We could not know whether second-line TACE using cisplatin had a survival benefit compared with the clinical course with conservative management alone because this study was a nonrandomized controlled trial. Although we cannot directly compare it with our results, the survival rate with conservative management alone has been reported in a few randomized controlled trials; the 1-, 2- and 3-year survival rates were 63, 27 and 17%, respectively, in the study by Llovet et al. and 32, 11 and 3%, respectively, in the study by Lo et al. [3, 15].

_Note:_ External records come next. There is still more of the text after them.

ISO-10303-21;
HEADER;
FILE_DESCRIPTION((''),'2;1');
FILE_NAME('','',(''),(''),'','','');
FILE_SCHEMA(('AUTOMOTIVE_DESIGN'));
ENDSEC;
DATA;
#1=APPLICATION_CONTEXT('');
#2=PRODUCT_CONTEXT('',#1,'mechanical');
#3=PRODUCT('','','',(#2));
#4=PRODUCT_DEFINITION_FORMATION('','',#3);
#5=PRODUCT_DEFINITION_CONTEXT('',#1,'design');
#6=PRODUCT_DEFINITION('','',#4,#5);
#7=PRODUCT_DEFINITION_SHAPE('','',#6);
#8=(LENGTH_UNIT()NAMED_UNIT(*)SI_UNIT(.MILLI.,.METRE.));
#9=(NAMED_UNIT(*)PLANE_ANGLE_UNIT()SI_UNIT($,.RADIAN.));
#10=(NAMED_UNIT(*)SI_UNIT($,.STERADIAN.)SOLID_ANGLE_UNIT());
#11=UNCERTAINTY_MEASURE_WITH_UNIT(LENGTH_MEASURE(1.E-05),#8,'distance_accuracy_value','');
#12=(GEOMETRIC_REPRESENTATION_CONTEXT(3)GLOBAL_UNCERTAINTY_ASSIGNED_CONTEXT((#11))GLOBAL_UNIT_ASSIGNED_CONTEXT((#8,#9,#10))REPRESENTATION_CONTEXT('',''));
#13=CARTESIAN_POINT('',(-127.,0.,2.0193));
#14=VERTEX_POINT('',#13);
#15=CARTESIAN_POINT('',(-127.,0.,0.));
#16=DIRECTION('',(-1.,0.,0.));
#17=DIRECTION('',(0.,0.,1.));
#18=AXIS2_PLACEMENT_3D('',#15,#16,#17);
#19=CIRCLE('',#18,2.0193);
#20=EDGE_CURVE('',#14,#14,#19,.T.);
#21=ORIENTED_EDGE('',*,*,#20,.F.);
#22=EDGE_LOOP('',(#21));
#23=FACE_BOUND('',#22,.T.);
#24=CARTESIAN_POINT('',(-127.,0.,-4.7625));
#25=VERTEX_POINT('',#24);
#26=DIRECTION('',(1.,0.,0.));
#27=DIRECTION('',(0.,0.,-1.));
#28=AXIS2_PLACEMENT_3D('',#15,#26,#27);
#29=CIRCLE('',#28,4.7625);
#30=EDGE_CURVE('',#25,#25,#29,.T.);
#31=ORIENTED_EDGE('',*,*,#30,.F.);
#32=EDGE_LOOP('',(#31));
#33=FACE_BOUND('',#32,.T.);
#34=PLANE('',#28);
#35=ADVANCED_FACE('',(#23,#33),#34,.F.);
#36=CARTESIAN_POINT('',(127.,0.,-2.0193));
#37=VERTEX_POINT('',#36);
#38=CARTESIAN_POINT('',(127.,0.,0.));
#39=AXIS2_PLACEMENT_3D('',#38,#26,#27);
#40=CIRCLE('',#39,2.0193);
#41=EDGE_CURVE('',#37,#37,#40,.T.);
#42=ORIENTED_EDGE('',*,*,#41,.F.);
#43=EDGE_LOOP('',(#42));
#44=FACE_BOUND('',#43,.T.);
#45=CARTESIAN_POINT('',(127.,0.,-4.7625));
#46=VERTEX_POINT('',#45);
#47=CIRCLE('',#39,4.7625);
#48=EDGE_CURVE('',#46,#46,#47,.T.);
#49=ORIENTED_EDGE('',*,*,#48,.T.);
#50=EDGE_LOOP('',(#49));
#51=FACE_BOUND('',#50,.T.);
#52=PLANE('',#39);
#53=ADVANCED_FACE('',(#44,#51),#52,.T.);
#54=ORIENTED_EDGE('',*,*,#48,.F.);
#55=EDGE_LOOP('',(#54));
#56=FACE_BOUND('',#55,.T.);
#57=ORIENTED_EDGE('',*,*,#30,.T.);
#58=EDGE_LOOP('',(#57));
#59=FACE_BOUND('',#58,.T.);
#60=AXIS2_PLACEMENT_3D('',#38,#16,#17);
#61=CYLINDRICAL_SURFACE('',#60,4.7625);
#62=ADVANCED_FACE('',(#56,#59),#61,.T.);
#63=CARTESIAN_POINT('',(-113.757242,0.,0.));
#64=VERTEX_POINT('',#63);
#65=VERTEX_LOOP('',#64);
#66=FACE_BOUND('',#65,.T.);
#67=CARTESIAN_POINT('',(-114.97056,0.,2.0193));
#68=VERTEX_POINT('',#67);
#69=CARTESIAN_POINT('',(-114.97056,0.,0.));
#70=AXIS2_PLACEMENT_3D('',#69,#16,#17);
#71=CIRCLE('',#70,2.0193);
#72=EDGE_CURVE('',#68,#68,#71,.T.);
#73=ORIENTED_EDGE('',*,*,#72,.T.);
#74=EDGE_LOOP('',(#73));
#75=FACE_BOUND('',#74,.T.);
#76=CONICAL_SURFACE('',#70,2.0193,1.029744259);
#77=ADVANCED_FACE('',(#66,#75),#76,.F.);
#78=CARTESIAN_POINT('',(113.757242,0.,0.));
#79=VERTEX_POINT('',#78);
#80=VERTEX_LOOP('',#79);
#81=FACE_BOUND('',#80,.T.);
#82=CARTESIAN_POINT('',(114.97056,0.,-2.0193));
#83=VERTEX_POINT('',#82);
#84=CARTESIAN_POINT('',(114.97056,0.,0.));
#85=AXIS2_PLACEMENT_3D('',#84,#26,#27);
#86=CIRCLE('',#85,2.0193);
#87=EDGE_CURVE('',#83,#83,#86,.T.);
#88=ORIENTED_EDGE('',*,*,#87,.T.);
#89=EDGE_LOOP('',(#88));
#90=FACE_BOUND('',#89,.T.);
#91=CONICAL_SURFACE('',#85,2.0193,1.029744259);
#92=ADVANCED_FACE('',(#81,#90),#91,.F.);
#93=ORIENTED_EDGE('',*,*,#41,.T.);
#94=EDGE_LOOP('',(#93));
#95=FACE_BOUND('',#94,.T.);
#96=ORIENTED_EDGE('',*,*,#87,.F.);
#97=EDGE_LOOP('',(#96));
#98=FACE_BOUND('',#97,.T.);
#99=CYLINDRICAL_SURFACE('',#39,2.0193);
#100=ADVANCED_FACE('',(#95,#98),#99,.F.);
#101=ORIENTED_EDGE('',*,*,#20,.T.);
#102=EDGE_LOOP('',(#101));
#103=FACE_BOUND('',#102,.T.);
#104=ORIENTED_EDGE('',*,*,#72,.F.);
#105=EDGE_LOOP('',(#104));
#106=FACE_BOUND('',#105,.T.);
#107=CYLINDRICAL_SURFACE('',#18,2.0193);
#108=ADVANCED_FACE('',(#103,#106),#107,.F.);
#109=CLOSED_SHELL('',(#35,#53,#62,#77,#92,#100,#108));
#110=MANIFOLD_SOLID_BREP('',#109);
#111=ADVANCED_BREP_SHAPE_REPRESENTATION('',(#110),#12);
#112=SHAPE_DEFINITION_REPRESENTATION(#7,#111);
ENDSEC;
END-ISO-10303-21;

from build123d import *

# Parameters (mm, degrees)
SKETCH1_R                            = 4.7625
BOSS_EXTRUDE1_DEPTH                  = 127
F_10_32_TAPPED_HOLE1_D               = 4.0386
F_10_32_TAPPED_HOLE1_DEPTH           = 12.02944
F_10_32_TAPPED_HOLE1_TIP             = 1.213317848
F_10_32_TAPPED_HOLE1_ON_FACE_2_D     = 4.0386
F_10_32_TAPPED_HOLE1_ON_FACE_2_DEPTH = 12.02944
F_10_32_TAPPED_HOLE1_ON_FACE_2_TIP   = 1.213317848


with BuildPart() as part:
    # Sketch1 → Boss-Extrude1 (new, symmetric)
    with BuildSketch(Plane(origin=(0, 0, 0), x_dir=(0, 0, -1), z_dir=(1, 0, 0))):
        Circle(SKETCH1_R)
    extrude(amount=BOSS_EXTRUDE1_DEPTH, both=True)

    # #10-32 Tapped Hole1
    with Locations(Plane(origin=(127, 0, 0), x_dir=(0, 0, 1), z_dir=(1, 0, 0))):
        with Locations((0, 0)):
            Hole(F_10_32_TAPPED_HOLE1_D / 2, depth=F_10_32_TAPPED_HOLE1_DEPTH)
            with Locations((0, 0, -(F_10_32_TAPPED_HOLE1_DEPTH + F_10_32_TAPPED_HOLE1_TIP / 2))):  # 118° drill point
                Cone(0, F_10_32_TAPPED_HOLE1_D / 2, F_10_32_TAPPED_HOLE1_TIP, mode=Mode.SUBTRACT)

    # #10-32 Tapped Hole1 on face 2
    with Locations(Plane(origin=(-127, 0, 0), x_dir=(0, 0, -1), z_dir=(-1, 0, 0))):
        with Locations((0, 0)):
            Hole(F_10_32_TAPPED_HOLE1_ON_FACE_2_D / 2, depth=F_10_32_TAPPED_HOLE1_ON_FACE_2_DEPTH)
            with Locations((0, 0, -(F_10_32_TAPPED_HOLE1_ON_FACE_2_DEPTH + F_10_32_TAPPED_HOLE1_ON_FACE_2_TIP / 2))):  # 118° drill point
                Cone(0, F_10_32_TAPPED_HOLE1_ON_FACE_2_D / 2, F_10_32_TAPPED_HOLE1_ON_FACE_2_TIP, mode=Mode.SUBTRACT)


solid = part.part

Intrahepatic biliary tumor invasion was the only significant poor prognostic factor in multivariate analysis. Hepatic functional reserve, which generally shows the relation to prognosis, was not a prognostic factor in this study because patients with HCC resistant to TACE with epirubicin–Lipiodol emulsion were enrolled, and most had multiple progressive HCCs.

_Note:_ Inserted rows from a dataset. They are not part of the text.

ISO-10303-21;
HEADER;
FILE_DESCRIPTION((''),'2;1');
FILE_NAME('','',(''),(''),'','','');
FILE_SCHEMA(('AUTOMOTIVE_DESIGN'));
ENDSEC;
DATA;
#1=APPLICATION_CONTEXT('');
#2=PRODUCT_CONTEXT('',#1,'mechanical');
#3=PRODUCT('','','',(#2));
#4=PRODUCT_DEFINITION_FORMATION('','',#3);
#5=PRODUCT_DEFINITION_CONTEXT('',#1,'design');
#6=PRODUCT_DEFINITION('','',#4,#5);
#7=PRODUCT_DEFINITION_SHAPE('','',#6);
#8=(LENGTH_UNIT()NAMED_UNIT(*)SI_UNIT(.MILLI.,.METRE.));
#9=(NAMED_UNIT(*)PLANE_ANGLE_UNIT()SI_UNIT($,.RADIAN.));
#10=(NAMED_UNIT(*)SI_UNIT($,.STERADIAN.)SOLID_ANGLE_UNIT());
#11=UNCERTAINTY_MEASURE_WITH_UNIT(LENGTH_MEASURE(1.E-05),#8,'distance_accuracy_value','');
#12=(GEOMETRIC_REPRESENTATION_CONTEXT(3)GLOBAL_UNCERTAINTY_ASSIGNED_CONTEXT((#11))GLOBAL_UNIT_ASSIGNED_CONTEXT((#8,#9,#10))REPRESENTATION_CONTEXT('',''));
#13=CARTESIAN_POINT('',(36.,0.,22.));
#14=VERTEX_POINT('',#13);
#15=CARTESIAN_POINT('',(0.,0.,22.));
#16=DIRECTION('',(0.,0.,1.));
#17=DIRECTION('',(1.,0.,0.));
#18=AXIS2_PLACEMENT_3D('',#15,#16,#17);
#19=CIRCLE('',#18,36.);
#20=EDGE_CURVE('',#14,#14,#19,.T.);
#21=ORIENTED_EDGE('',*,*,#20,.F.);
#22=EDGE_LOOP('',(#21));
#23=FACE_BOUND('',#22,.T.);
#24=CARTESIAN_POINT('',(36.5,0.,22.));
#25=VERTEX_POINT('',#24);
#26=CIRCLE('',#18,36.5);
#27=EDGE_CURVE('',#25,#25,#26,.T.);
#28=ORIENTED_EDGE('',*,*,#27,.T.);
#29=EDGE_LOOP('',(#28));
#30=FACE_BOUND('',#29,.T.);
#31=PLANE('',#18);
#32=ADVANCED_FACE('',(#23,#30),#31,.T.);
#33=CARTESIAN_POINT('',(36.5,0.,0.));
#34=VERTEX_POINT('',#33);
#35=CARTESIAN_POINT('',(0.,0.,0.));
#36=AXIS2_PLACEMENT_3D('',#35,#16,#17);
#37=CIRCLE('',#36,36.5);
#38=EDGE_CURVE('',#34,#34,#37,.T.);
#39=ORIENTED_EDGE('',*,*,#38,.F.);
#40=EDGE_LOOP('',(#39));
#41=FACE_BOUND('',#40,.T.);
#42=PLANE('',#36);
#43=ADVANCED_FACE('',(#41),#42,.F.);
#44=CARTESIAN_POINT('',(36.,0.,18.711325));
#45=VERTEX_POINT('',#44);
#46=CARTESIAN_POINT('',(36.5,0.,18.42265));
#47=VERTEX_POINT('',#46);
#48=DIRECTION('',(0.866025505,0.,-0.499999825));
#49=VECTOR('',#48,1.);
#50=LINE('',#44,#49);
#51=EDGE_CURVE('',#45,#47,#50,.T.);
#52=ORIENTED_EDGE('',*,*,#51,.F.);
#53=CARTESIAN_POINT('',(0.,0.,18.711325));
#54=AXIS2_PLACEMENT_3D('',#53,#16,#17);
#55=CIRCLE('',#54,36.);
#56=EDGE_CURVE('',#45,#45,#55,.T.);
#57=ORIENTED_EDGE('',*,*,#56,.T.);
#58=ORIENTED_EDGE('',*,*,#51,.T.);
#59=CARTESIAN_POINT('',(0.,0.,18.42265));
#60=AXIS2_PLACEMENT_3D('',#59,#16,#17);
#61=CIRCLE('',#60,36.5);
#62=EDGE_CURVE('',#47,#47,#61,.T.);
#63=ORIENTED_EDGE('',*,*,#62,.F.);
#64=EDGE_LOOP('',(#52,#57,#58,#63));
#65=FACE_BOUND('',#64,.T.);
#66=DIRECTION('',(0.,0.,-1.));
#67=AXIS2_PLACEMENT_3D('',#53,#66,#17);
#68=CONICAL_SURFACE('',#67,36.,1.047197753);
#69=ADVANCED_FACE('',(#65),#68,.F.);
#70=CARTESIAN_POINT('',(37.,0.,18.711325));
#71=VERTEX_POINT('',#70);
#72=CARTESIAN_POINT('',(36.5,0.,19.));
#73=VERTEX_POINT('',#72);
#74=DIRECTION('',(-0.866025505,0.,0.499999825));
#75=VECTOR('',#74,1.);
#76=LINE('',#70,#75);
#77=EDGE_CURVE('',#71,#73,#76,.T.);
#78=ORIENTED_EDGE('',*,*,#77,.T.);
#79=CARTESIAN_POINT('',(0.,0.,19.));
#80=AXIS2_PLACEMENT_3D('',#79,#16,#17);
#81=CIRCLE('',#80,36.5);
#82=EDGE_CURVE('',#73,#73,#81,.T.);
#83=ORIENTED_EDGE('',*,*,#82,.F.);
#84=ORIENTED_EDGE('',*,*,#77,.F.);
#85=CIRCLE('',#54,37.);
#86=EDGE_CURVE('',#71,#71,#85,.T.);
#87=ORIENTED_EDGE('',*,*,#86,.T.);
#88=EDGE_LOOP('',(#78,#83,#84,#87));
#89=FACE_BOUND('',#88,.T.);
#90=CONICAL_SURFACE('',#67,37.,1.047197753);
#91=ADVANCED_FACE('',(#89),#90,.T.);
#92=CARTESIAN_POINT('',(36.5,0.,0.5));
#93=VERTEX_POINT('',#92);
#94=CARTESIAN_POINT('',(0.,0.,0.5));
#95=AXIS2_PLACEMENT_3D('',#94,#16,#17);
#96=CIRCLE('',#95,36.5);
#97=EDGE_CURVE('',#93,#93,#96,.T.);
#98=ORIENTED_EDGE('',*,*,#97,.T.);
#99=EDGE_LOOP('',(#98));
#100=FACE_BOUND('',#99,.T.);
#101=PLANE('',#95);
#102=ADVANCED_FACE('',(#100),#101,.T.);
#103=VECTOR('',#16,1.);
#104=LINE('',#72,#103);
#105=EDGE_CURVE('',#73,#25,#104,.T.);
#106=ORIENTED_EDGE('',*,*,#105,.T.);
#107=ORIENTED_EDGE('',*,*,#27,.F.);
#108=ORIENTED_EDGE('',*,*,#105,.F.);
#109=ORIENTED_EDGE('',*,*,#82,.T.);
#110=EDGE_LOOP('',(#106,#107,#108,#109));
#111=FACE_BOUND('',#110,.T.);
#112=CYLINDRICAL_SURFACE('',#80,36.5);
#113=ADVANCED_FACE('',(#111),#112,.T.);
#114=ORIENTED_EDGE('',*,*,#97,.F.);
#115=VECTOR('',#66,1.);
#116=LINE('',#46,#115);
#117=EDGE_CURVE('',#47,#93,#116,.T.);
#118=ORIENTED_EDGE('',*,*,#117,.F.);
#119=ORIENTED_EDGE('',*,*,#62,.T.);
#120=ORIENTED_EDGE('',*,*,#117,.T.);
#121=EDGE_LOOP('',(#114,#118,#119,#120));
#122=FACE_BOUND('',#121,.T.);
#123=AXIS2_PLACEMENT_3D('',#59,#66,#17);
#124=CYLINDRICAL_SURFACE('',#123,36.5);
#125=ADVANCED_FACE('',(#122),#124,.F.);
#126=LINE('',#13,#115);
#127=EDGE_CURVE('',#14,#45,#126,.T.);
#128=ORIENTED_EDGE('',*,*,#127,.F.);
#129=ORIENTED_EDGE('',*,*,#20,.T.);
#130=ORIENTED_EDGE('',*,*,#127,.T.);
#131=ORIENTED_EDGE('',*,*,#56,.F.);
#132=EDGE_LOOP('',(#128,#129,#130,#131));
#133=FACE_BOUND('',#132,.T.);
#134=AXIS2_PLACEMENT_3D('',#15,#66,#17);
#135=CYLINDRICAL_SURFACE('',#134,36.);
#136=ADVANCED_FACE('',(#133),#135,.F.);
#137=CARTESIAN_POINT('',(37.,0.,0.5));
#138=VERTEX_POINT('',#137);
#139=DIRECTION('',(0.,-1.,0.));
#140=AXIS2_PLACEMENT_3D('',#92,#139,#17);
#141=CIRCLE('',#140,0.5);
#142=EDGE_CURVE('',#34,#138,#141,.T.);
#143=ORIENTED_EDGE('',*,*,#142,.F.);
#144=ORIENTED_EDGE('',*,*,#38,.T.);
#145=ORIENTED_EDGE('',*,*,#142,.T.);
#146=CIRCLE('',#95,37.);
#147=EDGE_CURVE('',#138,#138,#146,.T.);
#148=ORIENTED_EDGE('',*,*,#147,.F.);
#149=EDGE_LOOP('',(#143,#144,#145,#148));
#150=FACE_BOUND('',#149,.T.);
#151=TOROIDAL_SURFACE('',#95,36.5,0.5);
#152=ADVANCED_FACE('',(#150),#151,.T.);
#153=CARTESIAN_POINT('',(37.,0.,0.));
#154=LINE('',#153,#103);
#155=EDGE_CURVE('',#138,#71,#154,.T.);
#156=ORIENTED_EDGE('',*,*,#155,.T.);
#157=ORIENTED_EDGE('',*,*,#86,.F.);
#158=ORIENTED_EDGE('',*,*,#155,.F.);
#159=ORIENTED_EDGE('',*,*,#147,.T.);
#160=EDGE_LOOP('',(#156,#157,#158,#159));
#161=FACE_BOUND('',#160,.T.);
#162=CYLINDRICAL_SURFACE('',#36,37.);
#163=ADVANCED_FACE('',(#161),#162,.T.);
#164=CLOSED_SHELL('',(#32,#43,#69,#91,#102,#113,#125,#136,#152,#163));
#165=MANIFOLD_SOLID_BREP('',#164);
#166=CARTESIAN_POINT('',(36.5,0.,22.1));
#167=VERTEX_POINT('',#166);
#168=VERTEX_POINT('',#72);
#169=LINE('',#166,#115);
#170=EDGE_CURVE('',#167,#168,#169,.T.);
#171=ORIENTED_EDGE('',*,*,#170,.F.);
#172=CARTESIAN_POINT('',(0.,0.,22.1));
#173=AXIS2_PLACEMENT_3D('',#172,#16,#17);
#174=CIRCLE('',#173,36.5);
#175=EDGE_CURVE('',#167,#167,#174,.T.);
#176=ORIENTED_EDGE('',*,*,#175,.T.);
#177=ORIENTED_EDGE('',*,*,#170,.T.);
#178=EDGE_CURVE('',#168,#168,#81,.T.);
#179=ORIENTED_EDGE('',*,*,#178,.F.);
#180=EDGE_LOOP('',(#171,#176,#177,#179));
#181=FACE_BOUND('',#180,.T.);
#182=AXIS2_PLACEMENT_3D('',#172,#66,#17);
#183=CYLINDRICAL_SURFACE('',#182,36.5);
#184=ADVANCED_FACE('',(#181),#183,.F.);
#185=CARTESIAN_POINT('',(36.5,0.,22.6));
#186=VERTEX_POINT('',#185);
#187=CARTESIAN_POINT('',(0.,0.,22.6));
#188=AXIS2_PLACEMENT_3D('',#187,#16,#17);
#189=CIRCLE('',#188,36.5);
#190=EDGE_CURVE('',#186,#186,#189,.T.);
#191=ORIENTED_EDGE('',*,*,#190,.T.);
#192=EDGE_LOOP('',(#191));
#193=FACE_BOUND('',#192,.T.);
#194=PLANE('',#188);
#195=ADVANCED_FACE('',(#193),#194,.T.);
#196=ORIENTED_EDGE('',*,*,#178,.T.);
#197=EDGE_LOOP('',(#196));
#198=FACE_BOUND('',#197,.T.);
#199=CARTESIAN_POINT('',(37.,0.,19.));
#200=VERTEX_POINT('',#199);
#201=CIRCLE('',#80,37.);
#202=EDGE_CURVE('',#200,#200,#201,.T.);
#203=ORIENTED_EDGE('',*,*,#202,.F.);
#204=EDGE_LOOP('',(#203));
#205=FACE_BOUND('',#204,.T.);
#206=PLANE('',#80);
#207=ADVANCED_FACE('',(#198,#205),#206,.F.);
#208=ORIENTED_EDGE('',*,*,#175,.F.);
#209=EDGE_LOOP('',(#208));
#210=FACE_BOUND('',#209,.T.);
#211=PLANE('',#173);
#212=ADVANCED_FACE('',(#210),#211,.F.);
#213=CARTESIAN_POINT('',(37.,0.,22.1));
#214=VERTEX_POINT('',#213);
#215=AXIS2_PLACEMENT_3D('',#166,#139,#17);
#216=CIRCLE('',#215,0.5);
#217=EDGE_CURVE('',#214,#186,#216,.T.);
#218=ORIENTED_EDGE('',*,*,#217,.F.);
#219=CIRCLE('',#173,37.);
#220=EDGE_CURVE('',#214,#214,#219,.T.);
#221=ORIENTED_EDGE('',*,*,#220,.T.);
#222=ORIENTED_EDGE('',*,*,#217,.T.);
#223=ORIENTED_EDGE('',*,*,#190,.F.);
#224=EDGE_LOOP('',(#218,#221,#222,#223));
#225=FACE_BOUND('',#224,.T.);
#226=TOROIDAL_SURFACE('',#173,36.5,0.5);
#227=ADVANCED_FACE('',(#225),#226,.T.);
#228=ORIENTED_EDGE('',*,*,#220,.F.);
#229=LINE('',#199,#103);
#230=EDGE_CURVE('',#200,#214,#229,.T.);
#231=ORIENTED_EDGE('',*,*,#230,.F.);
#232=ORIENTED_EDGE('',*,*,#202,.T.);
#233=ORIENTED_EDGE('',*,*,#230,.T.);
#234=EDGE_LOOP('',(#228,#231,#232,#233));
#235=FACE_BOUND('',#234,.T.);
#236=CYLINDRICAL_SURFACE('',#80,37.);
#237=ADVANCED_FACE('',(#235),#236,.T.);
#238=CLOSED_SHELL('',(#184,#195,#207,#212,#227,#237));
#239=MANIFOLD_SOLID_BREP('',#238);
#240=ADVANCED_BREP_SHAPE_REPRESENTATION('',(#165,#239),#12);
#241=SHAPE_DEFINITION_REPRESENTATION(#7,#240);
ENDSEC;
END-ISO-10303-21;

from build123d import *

# Parameters (mm, degrees)
F2_R = 0.5
F5_R = 0.5


with BuildPart() as f1:
    # F0 (on Front) → F1 (revolve)
    with BuildSketch(Plane.XZ):
        Polygon((0, 0.5), (0, 0), (37, 0), (37, 18.711325), (36.5, 19), (36.5, 22), (36, 22), (36, 18.711325), (36.5, 18.42265), (36.5, 0.5), align=None)
    revolve(axis=Axis((0, 0, 11), (0, 0, 1)))

    # F2
    f2_edges = [f1.edges().sort_by_distance(p)[0] for p in [
        (-37, 0, 0),
    ]]
    fillet(f2_edges, radius=F2_R)


with BuildPart() as f4:
    # F3 (on Front) → F4 (revolve)
    with BuildSketch(Plane.XZ):
        Polygon((0, 22.1), (36.5, 22.1), (36.5, 19), (37, 19), (37, 22.6), (0, 22.6), align=None)
    revolve(axis=Axis((0, 0, 11.3), (0, 0, 1)))

    # F5
    f5_edges = [f4.edges().sort_by_distance(p)[0] for p in [
        (-37, 0, 22.6),
    ]]
    fillet(f5_edges, radius=F5_R)


solid = Compound([f1.part, f4.part])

Morimoto et al. reported that in rabbit models, the platinum concentration in tumor tissue after 60 min in the TACE group with cisplatin and Lipiodol was significantly higher than in the TACE group without Lipiodol consisting of arterial infusion of cisplatin solution followed by injection of gelatin sponge particles [19]. Kawaoka et al. reported in their study that longer survival was expected for patients with a high rate of Lipiodol accumulation in the tumor [18]. In the present study, many patients had multiple HCC nodules; therefore, only a small amount of Lipiodol and cisplatin might have comparatively accumulated in the tumor tissue. There was no significant difference in tumor response or survival rate between groups with and without Lipiodol. In contrast, Lu et al. concluded in their report that superselective TACE with low- and high-dose chemotherapeutic agents included similar degrees of cellular apoptosis and necrosis [20]. Even if more Lipiodol and cisplatin were used with TACE, the results might not be so different.

Although some patients developed grade 3 and 4 toxicities, including thrombocytopenia and increased liver transaminases, this protocol was thought to be tolerable because all parameters recovered to baseline levels and patient performance status and liver function reserve were also preserved.

Limitations

There are some limitations to this study. First, it was a retrospective study with a small number of patients in a single institution. Therefore, we could not regulate the evaluation periods among the subjects, and the tumor response was assessed at different intervals (between 1 and 3 months after TACE). The retreatment schedule was also inhomogeneous among patients, and TACE was repeated when there was definite tumor progression based on the consensus of the multidisciplinary panel. These inhomogeneities could have influenced the results. In addition, it is difficult to compare our results with those of other studies because each study used different criteria to evaluate the treatment response.

To clarify the true benefit of TACE with such a second-line regimen, a randomized controlled trial will be necessary that compares outcomes after switching to TACE with the second-line drug regimen versus repeating TACE with the original drug regimen using end points such as time to progression and overall survival.

In conclusion, switching the TACE anticancer drug from epirubicin to cisplatin might be a feasible option for advanced HCC, even when considered resistant to the initial form of TACE.